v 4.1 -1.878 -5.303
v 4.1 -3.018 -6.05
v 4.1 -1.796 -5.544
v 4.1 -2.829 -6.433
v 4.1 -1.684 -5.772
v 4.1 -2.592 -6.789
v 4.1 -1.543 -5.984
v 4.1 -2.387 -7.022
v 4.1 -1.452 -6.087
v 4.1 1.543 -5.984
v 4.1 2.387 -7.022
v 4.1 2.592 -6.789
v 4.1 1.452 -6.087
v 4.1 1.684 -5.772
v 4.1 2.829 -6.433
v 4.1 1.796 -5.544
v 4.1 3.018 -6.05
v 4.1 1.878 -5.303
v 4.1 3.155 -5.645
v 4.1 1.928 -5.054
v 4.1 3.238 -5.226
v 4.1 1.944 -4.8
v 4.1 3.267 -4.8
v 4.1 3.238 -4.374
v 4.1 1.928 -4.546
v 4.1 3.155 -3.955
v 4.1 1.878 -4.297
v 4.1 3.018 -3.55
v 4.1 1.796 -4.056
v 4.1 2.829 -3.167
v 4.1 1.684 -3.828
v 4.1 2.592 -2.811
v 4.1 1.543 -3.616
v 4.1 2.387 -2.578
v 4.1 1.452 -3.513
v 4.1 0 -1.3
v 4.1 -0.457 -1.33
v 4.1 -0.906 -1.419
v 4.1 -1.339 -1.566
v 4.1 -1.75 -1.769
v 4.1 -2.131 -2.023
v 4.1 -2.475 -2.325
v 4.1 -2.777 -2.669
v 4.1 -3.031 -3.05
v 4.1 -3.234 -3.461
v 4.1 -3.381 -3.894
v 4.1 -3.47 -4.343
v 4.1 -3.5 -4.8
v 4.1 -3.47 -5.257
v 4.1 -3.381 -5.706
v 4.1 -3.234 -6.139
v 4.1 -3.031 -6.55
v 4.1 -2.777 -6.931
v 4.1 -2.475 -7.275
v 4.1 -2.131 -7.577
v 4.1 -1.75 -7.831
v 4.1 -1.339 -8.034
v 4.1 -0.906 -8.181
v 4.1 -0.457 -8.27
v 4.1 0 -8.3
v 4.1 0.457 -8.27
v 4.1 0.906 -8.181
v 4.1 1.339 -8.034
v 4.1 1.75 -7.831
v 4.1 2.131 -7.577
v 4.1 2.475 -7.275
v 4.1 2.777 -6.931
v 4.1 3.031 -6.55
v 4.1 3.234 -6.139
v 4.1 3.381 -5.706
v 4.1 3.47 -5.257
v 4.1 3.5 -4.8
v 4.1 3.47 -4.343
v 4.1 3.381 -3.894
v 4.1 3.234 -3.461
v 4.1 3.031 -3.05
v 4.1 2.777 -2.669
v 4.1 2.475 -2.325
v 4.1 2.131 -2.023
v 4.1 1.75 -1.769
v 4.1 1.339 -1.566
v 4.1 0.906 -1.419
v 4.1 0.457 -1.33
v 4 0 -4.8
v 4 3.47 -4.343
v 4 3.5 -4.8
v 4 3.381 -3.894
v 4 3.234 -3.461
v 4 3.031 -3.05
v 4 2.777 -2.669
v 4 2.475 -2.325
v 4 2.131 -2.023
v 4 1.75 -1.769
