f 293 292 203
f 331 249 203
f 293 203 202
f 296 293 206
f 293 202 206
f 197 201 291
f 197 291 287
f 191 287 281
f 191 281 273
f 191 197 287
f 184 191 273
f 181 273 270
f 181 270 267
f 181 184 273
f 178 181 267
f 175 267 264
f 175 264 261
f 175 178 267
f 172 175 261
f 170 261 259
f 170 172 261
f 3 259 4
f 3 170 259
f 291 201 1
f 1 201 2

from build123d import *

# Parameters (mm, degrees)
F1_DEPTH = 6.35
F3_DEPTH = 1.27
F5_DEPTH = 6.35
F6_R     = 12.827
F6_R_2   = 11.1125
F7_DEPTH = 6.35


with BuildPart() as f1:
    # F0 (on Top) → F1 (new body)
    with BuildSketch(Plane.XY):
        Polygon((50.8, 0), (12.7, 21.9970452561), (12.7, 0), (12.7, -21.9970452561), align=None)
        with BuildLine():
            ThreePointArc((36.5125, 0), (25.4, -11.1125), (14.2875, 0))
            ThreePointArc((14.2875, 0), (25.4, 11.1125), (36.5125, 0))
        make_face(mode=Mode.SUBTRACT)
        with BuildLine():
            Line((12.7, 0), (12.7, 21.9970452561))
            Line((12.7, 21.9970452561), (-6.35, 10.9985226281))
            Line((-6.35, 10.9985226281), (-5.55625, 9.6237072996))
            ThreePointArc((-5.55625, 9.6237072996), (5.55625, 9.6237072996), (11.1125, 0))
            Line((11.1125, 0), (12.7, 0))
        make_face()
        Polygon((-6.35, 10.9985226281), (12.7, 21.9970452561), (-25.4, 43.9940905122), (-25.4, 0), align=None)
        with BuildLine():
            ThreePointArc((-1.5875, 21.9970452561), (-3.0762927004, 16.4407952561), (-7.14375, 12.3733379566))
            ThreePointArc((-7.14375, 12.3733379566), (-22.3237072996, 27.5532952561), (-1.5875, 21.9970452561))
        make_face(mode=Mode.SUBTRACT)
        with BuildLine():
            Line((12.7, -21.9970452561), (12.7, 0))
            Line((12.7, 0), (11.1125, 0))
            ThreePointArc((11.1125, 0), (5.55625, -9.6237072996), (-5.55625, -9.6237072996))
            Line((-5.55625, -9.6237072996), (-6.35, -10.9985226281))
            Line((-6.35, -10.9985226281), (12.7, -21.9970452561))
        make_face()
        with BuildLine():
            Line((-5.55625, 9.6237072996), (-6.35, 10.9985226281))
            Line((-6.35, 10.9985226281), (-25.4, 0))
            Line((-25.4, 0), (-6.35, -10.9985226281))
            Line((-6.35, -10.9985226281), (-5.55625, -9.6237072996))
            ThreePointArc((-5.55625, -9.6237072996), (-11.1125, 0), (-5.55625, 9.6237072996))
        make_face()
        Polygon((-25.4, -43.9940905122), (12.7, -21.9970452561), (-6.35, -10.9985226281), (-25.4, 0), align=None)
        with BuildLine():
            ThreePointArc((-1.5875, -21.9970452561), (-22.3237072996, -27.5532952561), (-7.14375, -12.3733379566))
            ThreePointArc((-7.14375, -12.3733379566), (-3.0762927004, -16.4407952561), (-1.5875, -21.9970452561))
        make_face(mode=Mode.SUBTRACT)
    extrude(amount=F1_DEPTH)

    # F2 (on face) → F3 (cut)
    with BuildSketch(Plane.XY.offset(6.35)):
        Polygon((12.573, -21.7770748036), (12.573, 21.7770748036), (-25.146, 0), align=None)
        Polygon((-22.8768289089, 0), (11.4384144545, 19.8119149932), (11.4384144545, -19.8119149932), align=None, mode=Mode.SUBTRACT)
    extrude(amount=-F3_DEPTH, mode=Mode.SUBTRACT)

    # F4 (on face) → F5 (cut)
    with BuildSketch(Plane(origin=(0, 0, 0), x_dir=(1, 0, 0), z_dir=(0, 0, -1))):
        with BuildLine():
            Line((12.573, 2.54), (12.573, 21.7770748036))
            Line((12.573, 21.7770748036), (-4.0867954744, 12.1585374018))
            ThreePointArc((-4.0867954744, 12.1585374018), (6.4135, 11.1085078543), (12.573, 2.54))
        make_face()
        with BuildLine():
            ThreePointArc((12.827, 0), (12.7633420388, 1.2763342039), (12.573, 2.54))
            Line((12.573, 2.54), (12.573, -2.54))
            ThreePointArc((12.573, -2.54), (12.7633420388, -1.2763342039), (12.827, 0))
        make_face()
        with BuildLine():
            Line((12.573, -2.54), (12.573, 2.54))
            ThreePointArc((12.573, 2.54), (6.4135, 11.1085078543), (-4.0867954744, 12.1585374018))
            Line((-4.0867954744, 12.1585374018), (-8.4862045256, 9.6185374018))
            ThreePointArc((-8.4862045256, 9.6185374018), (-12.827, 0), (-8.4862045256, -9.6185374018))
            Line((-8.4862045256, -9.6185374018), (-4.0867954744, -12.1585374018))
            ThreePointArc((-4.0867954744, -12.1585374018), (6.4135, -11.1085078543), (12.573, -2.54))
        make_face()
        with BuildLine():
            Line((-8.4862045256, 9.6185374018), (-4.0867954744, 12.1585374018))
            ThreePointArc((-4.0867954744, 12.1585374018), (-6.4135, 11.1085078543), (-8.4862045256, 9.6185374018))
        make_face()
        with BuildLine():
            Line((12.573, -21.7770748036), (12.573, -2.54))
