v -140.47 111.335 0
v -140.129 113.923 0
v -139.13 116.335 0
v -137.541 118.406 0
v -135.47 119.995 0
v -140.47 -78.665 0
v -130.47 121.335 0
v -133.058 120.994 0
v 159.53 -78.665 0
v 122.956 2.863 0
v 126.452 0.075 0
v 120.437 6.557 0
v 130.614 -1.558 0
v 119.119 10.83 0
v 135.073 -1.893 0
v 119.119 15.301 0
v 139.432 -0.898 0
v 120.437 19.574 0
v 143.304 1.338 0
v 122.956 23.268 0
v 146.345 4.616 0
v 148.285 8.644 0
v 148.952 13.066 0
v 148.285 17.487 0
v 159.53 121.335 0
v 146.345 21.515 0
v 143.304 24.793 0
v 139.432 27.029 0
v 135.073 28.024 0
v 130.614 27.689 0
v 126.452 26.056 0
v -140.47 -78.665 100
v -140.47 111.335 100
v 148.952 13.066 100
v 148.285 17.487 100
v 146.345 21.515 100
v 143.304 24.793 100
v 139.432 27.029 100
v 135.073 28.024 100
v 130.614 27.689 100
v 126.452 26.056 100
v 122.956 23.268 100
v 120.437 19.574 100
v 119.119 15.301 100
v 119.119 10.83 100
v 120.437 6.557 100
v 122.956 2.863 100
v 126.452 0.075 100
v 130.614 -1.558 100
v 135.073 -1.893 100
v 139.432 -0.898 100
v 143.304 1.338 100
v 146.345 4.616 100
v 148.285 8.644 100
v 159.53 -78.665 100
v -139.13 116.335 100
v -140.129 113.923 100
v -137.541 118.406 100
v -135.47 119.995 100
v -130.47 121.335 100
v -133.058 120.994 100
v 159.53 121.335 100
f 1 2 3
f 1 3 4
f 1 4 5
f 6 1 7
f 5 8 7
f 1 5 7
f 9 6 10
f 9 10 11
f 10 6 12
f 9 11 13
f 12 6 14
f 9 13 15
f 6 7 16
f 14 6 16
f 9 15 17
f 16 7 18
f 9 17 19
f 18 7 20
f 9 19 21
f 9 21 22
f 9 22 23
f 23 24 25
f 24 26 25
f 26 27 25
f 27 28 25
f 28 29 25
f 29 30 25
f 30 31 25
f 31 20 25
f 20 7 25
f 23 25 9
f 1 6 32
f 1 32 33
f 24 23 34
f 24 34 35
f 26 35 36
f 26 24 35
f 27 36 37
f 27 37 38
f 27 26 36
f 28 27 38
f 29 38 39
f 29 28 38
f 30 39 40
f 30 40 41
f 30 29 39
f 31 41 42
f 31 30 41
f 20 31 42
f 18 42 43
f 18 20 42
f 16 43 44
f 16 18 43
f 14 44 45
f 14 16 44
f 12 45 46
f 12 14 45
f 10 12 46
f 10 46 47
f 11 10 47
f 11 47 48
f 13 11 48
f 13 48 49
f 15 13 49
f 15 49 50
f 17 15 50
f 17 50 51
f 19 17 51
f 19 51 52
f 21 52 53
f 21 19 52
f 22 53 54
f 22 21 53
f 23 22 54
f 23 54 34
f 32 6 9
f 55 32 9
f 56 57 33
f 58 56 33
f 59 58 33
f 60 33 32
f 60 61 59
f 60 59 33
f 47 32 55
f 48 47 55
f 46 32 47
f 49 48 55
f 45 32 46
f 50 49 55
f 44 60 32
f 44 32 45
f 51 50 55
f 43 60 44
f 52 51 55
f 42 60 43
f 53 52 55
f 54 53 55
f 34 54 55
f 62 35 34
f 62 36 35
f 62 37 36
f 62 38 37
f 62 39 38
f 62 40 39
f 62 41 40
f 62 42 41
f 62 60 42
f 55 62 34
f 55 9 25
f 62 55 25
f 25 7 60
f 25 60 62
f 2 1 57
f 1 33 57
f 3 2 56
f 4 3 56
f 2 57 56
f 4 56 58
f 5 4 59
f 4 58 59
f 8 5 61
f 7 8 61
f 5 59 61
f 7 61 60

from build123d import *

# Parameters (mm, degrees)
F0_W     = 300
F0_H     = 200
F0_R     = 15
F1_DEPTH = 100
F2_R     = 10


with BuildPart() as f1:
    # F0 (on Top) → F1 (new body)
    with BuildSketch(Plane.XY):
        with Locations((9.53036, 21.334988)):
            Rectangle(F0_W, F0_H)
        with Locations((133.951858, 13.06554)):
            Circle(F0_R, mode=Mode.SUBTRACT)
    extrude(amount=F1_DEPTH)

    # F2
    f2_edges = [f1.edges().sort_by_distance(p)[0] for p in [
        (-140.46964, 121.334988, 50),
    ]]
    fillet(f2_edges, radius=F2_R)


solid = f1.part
::::
## Task description
Would you return all lines from the preceding listing that contain the word "Polygon"?

## Answer box
        Polygon((50.8, 0), (12.7, 21.9970452561), (12.7, 0), (12.7, -21.9970452561), align=None)
        Polygon((-6.35, 10.9985226281), (12.7, 21.9970452561), (-25.4, 43.9940905122), (-25.4, 0), align=None)
        Polygon((-25.4, -43.9940905122), (12.7, -21.9970452561), (-6.35, -10.9985226281), (-25.4, 0), align=None)
        Polygon((12.573, -21.7770748036), (12.573, 21.7770748036), (-25.146, 0), align=None)
        Polygon((-22.8768289089, 0), (11.4384144545, 19.8119149932), (11.4384144545, -19.8119149932), align=None, mode=Mode.SUBTRACT)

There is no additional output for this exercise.